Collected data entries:

☆ ☆ ☆ ☆ ☆ ☆ ☆

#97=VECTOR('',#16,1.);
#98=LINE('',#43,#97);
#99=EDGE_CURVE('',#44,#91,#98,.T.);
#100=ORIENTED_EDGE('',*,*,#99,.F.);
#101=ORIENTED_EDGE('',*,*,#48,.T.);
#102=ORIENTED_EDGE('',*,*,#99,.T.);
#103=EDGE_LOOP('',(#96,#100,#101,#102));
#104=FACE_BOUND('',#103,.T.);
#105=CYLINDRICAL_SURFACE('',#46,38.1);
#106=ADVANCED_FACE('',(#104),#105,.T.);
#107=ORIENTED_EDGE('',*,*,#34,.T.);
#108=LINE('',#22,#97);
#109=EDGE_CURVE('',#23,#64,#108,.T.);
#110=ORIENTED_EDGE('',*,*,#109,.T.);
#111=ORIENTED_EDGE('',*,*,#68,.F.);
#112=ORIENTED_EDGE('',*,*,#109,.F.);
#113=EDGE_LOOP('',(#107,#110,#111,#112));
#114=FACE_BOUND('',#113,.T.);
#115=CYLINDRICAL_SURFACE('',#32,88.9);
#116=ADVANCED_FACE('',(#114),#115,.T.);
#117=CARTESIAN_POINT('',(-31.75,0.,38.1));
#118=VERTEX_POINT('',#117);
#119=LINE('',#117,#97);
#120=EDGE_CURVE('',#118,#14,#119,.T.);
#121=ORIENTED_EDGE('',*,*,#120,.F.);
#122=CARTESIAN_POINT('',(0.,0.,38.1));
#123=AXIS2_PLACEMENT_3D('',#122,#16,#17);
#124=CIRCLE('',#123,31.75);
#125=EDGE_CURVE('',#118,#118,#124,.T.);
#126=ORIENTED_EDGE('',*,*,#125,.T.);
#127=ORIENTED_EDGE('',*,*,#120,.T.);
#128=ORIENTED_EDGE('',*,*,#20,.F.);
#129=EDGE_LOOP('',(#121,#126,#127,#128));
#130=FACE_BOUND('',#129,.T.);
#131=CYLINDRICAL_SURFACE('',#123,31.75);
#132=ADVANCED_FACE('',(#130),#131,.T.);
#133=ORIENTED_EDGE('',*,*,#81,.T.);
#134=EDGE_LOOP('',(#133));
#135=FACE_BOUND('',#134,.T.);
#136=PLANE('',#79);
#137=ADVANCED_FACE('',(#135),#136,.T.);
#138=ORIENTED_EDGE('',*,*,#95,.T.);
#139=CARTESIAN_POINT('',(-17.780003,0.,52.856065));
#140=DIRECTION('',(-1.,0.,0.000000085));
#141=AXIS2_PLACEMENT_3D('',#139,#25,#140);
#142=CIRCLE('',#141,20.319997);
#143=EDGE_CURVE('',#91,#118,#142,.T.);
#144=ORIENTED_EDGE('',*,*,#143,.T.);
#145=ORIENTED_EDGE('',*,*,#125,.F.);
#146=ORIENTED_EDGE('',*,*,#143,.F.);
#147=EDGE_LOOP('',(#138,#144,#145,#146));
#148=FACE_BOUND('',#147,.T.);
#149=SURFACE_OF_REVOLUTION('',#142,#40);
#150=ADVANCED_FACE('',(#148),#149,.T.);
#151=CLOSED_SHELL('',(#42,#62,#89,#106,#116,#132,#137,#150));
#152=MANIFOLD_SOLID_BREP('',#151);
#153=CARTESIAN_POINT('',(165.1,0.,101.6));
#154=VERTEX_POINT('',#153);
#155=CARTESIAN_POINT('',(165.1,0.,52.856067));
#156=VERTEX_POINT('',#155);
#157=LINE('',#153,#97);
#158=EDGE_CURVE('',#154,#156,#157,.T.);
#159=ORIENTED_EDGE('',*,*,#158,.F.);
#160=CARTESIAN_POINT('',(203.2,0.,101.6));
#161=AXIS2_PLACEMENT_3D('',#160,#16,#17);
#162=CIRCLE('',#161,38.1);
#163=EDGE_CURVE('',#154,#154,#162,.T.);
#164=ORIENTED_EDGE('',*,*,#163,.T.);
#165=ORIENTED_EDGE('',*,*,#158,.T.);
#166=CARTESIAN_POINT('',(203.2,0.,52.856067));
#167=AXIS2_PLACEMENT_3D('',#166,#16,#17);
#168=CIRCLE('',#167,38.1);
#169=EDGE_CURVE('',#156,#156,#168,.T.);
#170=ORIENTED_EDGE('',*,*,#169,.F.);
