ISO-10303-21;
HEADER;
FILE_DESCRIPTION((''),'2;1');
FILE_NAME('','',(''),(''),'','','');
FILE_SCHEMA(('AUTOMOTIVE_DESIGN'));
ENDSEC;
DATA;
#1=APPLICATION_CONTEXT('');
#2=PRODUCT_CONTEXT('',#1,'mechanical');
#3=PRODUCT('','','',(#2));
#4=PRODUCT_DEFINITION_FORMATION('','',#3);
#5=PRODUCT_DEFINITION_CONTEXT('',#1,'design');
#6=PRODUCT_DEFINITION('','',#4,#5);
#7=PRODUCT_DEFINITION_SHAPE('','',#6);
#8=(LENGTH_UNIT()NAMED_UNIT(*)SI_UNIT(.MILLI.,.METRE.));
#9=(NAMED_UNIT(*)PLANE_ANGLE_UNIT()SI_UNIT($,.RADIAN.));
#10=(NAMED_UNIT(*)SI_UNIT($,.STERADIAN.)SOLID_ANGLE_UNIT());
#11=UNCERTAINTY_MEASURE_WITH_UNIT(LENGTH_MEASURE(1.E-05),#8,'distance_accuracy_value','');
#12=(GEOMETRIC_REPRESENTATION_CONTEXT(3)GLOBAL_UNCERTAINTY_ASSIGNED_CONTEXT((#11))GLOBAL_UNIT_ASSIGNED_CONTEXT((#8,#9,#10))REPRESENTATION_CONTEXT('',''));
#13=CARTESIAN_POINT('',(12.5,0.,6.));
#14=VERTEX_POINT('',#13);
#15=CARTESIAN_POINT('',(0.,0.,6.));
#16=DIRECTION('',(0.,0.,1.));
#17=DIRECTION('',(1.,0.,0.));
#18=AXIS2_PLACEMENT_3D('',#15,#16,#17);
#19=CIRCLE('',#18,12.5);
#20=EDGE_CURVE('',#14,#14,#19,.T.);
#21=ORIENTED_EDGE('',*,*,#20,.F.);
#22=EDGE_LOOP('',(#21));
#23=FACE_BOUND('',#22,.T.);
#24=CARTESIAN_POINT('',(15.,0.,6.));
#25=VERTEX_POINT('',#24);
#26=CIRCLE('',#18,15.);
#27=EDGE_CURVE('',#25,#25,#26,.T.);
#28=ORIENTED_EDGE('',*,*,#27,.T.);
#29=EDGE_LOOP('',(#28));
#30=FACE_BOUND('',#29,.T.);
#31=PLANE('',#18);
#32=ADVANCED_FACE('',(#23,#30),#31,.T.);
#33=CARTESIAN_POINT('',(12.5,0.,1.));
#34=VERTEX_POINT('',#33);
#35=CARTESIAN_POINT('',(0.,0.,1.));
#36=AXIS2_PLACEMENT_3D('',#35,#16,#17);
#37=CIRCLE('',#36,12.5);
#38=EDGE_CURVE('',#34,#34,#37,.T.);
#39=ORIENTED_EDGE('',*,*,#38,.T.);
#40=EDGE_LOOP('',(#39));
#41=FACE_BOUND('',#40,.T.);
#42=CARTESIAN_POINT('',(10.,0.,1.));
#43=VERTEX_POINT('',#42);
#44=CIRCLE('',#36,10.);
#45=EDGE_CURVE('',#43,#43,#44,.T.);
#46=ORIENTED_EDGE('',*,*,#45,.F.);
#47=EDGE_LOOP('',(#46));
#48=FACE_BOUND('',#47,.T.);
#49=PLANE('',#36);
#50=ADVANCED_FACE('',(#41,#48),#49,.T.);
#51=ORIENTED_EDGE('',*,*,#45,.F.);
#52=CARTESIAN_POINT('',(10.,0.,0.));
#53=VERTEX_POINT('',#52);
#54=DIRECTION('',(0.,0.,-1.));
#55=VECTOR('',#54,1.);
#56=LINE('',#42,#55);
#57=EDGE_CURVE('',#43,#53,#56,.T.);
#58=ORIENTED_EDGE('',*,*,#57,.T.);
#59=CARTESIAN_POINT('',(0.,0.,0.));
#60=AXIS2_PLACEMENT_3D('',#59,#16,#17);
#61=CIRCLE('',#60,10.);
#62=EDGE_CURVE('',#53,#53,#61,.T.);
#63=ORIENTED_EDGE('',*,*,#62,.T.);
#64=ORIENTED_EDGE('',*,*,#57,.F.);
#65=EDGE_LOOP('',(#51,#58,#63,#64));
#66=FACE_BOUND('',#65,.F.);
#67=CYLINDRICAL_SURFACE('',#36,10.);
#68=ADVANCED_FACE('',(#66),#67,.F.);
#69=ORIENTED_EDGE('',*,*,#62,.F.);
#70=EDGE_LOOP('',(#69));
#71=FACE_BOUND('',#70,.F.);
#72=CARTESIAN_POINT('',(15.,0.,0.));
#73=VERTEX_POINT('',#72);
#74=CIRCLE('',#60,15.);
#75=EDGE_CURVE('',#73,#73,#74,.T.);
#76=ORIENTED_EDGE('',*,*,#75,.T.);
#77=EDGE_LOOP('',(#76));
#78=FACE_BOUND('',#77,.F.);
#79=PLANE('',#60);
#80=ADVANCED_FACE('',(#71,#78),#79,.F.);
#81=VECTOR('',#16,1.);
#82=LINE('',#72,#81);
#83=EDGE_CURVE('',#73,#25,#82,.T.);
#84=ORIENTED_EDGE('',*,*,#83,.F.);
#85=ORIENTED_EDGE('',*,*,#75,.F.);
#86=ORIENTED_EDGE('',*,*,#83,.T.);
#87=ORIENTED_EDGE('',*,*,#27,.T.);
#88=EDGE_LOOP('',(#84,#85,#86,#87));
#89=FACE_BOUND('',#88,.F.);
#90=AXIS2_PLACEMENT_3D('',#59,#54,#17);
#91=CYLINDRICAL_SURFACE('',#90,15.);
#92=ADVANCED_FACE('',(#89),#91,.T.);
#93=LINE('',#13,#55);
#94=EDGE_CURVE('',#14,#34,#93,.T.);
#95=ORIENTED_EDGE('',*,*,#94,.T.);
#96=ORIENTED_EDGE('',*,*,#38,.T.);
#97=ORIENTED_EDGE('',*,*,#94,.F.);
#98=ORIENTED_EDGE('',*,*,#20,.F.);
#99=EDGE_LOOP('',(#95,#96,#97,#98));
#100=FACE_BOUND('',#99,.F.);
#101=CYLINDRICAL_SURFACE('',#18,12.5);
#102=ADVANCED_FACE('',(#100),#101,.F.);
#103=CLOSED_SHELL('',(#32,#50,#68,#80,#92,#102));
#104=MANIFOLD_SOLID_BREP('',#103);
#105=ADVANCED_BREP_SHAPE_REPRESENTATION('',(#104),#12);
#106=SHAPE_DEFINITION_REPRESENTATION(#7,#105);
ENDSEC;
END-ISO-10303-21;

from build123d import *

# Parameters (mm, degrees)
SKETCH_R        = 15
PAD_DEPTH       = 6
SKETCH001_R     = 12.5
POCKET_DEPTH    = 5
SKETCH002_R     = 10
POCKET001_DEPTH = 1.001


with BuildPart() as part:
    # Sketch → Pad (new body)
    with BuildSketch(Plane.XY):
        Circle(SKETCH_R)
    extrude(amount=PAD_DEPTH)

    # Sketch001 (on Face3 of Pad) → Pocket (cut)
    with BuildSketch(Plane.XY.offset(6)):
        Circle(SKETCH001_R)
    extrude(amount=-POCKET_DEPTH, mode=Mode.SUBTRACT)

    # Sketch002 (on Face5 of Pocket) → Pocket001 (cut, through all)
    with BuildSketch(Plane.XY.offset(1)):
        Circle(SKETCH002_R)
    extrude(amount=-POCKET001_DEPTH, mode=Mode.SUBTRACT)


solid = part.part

☆ ☆ ☆ ☆ ☆ ☆ ☆

## Prompt
Among the records above, only the lines between the line holding "#62=EDGE_CURVE('',#53,#53,#61,.T.);" and the line holding "#101=CYLINDRICAL_SURFACE('',#18,12.5);", inclusive, are to be output, exactly as written.

## Answer to the exercise
#62=EDGE_CURVE('',#53,#53,#61,.T.);
#63=ORIENTED_EDGE('',*,*,#62,.T.);
#64=ORIENTED_EDGE('',*,*,#57,.F.);
#65=EDGE_LOOP('',(#51,#58,#63,#64));
#66=FACE_BOUND('',#65,.F.);
#67=CYLINDRICAL_SURFACE('',#36,10.);
#68=ADVANCED_FACE('',(#66),#67,.F.);
#69=ORIENTED_EDGE('',*,*,#62,.F.);
#70=EDGE_LOOP('',(#69));
#71=FACE_BOUND('',#70,.F.);
#72=CARTESIAN_POINT('',(15.,0.,0.));
#73=VERTEX_POINT('',#72);
#74=CIRCLE('',#60,15.);
#75=EDGE_CURVE('',#73,#73,#74,.T.);
#76=ORIENTED_EDGE('',*,*,#75,.T.);
#77=EDGE_LOOP('',(#76));
#78=FACE_BOUND('',#77,.F.);
#79=PLANE('',#60);
#80=ADVANCED_FACE('',(#71,#78),#79,.F.);
#81=VECTOR('',#16,1.);
#82=LINE('',#72,#81);
#83=EDGE_CURVE('',#73,#25,#82,.T.);
#84=ORIENTED_EDGE('',*,*,#83,.F.);
#85=ORIENTED_EDGE('',*,*,#75,.F.);
#86=ORIENTED_EDGE('',*,*,#83,.T.);
#87=ORIENTED_EDGE('',*,*,#27,.T.);
#88=EDGE_LOOP('',(#84,#85,#86,#87));
#89=FACE_BOUND('',#88,.F.);
#90=AXIS2_PLACEMENT_3D('',#59,#54,#17);
#91=CYLINDRICAL_SURFACE('',#90,15.);
#92=ADVANCED_FACE('',(#89),#91,.T.);
#93=LINE('',#13,#55);
#94=EDGE_CURVE('',#14,#34,#93,.T.);
#95=ORIENTED_EDGE('',*,*,#94,.T.);
#96=ORIENTED_EDGE('',*,*,#38,.T.);
#97=ORIENTED_EDGE('',*,*,#94,.F.);
#98=ORIENTED_EDGE('',*,*,#20,.F.);
#99=EDGE_LOOP('',(#95,#96,#97,#98));
#100=FACE_BOUND('',#99,.F.);
#101=CYLINDRICAL_SURFACE('',#18,12.5);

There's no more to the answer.